The two peaks shown in the graph relate to 2005 and 2010. 2005 was a very poor year for the Marine XL

market due to the large losses paid on the energy account following the Gulf of Mexico Hurricanes Katrina and

Rita. It is worth noting that both the XE and XT risk codes would have suffered due to the vertical structure of

reinsurance contracts. If, for example, a cedant purchased a 5m x 5m energy specific and then buys a 10m x

10m whole account on top, the energy loss could go through both layers which would affect both the XE

(energy specific) and XT (whole account) risk codes.

Following the hurricanes of 2005 Physical Damage cover for fixed platforms from Gulf of Mexico wind was

generally excluded from energy and whole account coverage. There were markets that did and still do write it

but a major whole account purchase would have the following typical exclusion: “Losses arising from Named

Windstorms in the Gulf of Mexico (as defined herein) emanating from the Reassured’s Upstream Energy

business.” It may, however, be possible for a cedant to have cover for liability for platforms following a Gulf of

Mexico windstorm within a whole account layer.
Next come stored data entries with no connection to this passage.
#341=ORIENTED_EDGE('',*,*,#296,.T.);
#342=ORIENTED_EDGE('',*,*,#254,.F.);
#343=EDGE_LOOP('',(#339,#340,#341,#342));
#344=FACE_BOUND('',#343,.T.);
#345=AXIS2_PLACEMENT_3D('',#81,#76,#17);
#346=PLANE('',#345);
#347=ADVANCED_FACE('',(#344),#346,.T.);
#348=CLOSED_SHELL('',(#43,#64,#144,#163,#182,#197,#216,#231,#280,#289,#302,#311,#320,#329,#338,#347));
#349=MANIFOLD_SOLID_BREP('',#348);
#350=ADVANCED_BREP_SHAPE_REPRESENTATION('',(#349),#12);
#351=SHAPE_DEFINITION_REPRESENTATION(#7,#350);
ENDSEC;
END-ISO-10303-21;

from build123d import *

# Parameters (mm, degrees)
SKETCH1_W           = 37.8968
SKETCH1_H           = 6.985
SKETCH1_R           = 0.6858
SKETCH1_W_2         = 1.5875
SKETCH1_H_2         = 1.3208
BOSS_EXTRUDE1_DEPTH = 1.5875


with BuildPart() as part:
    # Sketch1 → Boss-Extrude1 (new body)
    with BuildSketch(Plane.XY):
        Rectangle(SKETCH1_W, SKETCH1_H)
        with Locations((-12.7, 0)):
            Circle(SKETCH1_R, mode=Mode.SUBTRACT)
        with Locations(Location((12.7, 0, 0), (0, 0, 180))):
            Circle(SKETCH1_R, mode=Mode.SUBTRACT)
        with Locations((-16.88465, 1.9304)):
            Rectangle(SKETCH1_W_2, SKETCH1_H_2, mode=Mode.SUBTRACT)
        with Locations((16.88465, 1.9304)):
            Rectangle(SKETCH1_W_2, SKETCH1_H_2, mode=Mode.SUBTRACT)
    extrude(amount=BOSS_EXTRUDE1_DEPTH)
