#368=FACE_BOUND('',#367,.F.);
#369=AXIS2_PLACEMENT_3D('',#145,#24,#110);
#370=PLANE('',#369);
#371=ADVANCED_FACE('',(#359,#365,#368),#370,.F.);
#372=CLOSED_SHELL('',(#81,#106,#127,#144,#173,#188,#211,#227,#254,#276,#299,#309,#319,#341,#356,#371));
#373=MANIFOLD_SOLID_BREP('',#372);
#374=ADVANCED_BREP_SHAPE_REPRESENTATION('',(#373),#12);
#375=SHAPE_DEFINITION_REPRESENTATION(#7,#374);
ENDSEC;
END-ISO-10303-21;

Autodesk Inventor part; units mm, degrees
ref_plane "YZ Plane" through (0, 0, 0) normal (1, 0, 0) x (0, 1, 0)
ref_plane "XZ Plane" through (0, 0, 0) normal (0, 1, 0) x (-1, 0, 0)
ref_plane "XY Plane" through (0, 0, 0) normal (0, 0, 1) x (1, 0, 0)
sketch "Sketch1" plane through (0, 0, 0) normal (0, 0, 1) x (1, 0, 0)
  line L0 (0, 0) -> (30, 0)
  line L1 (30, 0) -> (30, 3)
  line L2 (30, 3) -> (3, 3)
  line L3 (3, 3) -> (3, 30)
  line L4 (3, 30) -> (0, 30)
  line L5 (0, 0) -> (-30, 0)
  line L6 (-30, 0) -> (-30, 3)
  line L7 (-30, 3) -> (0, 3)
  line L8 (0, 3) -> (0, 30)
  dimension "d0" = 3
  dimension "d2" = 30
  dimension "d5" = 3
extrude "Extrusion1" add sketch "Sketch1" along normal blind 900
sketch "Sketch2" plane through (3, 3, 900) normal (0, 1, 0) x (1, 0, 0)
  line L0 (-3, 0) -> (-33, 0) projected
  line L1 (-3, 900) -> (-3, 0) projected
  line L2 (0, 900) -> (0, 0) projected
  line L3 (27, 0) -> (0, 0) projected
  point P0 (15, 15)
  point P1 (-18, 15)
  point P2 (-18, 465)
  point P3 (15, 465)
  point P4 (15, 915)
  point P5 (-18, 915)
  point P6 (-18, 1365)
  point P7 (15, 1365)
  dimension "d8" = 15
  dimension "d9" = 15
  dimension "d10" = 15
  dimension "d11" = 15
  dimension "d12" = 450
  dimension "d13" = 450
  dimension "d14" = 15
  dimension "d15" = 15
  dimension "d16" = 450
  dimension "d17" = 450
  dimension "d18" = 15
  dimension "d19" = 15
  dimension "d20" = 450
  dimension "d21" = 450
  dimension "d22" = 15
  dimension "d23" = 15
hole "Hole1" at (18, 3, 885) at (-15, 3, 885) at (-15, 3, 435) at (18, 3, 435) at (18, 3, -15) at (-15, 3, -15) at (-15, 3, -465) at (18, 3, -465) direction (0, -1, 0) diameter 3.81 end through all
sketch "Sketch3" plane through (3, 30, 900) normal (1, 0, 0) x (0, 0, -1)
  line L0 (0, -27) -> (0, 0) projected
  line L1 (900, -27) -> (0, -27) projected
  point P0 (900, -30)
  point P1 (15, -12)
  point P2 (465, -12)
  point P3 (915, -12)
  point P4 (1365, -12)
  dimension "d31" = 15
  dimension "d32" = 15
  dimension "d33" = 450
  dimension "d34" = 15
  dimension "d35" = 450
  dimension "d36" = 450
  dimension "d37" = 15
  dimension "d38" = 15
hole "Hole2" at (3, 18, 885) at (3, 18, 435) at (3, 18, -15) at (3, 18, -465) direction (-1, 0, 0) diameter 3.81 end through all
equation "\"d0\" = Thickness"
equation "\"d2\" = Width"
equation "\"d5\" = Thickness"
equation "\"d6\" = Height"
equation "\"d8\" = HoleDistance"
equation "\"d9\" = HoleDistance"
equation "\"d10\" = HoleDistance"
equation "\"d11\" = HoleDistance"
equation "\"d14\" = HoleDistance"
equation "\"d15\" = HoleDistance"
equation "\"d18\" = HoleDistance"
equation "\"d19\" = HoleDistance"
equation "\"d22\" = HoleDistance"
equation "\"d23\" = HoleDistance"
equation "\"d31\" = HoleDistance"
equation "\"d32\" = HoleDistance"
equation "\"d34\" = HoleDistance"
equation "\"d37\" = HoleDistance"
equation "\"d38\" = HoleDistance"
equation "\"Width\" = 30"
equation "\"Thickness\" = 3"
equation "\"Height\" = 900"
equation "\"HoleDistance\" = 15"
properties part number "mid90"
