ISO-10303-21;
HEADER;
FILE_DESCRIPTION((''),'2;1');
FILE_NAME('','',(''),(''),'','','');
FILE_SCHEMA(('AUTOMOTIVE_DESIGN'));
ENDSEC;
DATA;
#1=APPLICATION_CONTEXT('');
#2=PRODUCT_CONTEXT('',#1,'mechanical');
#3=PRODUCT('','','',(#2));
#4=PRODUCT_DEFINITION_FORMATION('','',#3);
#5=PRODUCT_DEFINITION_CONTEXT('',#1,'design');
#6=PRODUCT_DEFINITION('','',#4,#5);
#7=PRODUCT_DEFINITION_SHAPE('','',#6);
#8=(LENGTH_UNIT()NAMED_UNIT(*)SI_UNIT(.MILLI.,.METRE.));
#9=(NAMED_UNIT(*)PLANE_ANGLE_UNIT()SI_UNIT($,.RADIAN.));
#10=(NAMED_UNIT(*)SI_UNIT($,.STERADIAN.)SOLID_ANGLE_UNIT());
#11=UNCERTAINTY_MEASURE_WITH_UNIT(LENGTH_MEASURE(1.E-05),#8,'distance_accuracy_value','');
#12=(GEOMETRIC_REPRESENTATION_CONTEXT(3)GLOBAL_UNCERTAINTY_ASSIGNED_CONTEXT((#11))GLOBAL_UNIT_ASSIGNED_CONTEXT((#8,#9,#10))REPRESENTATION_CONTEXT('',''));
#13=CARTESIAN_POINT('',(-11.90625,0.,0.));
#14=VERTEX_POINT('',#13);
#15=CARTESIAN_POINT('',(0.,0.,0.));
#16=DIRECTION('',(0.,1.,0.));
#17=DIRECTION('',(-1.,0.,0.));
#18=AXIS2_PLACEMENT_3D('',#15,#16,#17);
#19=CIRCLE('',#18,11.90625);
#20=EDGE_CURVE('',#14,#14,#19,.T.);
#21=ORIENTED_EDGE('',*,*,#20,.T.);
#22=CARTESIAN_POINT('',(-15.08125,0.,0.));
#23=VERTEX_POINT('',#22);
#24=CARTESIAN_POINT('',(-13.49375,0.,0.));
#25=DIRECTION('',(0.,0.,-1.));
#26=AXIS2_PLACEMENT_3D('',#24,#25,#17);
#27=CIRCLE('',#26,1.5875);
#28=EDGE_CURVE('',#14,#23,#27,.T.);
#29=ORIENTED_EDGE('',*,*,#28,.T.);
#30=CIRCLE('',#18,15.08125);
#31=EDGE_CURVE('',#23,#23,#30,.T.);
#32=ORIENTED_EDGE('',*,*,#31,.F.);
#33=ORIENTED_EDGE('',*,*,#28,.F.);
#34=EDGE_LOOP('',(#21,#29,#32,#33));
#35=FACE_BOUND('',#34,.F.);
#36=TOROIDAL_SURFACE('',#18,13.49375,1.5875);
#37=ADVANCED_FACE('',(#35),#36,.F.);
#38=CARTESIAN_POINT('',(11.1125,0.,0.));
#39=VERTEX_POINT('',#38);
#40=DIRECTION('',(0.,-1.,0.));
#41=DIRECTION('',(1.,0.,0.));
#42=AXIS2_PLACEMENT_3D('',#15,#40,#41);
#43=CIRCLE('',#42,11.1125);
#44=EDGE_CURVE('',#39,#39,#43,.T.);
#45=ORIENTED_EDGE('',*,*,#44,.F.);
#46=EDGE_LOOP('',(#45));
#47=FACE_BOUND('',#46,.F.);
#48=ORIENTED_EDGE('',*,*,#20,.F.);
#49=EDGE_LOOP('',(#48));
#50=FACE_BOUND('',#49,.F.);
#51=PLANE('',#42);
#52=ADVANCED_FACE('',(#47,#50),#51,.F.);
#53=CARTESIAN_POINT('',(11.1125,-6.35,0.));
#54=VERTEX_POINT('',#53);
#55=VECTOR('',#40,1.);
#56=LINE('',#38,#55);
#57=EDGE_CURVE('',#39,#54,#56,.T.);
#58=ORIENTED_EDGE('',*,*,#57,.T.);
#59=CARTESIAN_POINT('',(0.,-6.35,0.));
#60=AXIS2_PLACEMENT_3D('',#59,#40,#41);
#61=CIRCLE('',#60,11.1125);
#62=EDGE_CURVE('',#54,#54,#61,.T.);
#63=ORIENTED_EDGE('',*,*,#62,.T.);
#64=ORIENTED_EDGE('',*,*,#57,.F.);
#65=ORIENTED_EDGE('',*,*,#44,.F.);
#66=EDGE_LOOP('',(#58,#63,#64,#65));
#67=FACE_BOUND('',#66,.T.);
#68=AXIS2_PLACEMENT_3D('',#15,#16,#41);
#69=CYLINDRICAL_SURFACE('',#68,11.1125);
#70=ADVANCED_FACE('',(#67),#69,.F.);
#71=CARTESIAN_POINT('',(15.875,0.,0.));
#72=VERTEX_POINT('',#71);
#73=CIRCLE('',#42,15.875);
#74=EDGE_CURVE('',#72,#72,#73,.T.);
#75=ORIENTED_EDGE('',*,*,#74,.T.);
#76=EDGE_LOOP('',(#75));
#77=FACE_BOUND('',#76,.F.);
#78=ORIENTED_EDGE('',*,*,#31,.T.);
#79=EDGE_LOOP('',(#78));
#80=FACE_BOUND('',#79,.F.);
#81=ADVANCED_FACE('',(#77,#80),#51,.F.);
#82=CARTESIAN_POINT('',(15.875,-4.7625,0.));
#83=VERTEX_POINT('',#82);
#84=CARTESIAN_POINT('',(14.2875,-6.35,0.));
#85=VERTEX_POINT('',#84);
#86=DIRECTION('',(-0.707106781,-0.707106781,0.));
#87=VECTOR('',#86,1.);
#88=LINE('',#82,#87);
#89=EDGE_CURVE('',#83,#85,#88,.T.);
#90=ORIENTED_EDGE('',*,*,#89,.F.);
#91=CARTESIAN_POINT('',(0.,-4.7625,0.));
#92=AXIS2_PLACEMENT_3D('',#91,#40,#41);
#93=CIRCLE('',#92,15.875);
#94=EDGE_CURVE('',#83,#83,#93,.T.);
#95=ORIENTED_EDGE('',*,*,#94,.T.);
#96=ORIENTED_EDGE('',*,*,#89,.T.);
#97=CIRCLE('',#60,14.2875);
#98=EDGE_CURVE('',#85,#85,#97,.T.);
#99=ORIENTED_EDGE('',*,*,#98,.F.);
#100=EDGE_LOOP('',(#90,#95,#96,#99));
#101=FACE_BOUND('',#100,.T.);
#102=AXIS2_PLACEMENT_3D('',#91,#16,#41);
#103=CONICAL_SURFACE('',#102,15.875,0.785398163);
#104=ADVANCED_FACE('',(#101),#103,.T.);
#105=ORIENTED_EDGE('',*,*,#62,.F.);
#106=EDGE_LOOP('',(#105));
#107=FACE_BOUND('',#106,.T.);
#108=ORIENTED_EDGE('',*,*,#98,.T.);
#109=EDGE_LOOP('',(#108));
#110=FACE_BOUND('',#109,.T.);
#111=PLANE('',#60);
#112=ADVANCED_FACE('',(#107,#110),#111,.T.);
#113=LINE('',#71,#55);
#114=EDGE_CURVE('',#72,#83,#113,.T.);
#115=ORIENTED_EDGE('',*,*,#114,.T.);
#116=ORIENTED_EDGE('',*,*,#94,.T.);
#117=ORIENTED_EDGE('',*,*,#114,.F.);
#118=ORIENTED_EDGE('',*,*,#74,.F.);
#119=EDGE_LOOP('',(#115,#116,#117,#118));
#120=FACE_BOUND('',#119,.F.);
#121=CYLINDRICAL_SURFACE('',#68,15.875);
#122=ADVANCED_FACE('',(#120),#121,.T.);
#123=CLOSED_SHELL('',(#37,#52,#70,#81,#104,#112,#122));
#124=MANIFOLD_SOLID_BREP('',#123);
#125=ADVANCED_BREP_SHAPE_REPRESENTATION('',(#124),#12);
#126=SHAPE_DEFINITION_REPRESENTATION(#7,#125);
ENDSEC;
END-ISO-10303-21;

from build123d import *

# Parameters (mm, degrees)
F0_R     = 15.875
F0_R_2   = 11.1125
F1_DEPTH = 6.35
F2_SIZE  = 1.5875


with BuildPart() as f1:
    # F0 (on Front) → F1 (new body)
    with BuildSketch(Plane.XZ):
        Circle(F0_R)
        Circle(F0_R_2, mode=Mode.SUBTRACT)
    extrude(amount=F1_DEPTH)

    # F2
    f2_edges = [f1.edges().sort_by_distance(p)[0] for p in [
        (-15.875, -6.35, 0),
    ]]
    chamfer(f2_edges, length=F2_SIZE)

    # F5: sweep along a path in F3
    with BuildLine(Plane(origin=(0, 0, 0), x_dir=(-1, 0, 0), z_dir=(0, 1, 0))) as f5_path:
        CenterArc((0, 0), 11.90625, 0, 360)
    # F4 (on Right) → F5 (sweep, cut)
    with BuildSketch(Plane.YZ):
        with BuildLine():
            ThreePointArc((1.5875, 13.49375), (1.122532, 14.616282), (0, 15.08125))
            Line((0, 15.08125), (0, 11.90625))
            ThreePointArc((0, 11.90625), (1.122532, 12.371218), (1.5875, 13.49375))
        make_face()
        with BuildLine():
            Line((0, 11.90625), (0, 15.08125))
            ThreePointArc((0, 15.08125), (-1.5875, 13.49375), (0, 11.90625))
        make_face()
    sweep(path=f5_path.line, mode=Mode.SUBTRACT)


solid = f1.part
To highlight the volatility of the Marine XL risk codes, below is a comparison of the best and worst years (not

including 2013). This is important to show as it ties in with the assumptions and calculations behind the

exposure curves that I have created for Cargo, Hull and Energy.

If we examine the type of losses suffered by Marine XL it is clear that they are varied, often have clashing

interests and can be very severe.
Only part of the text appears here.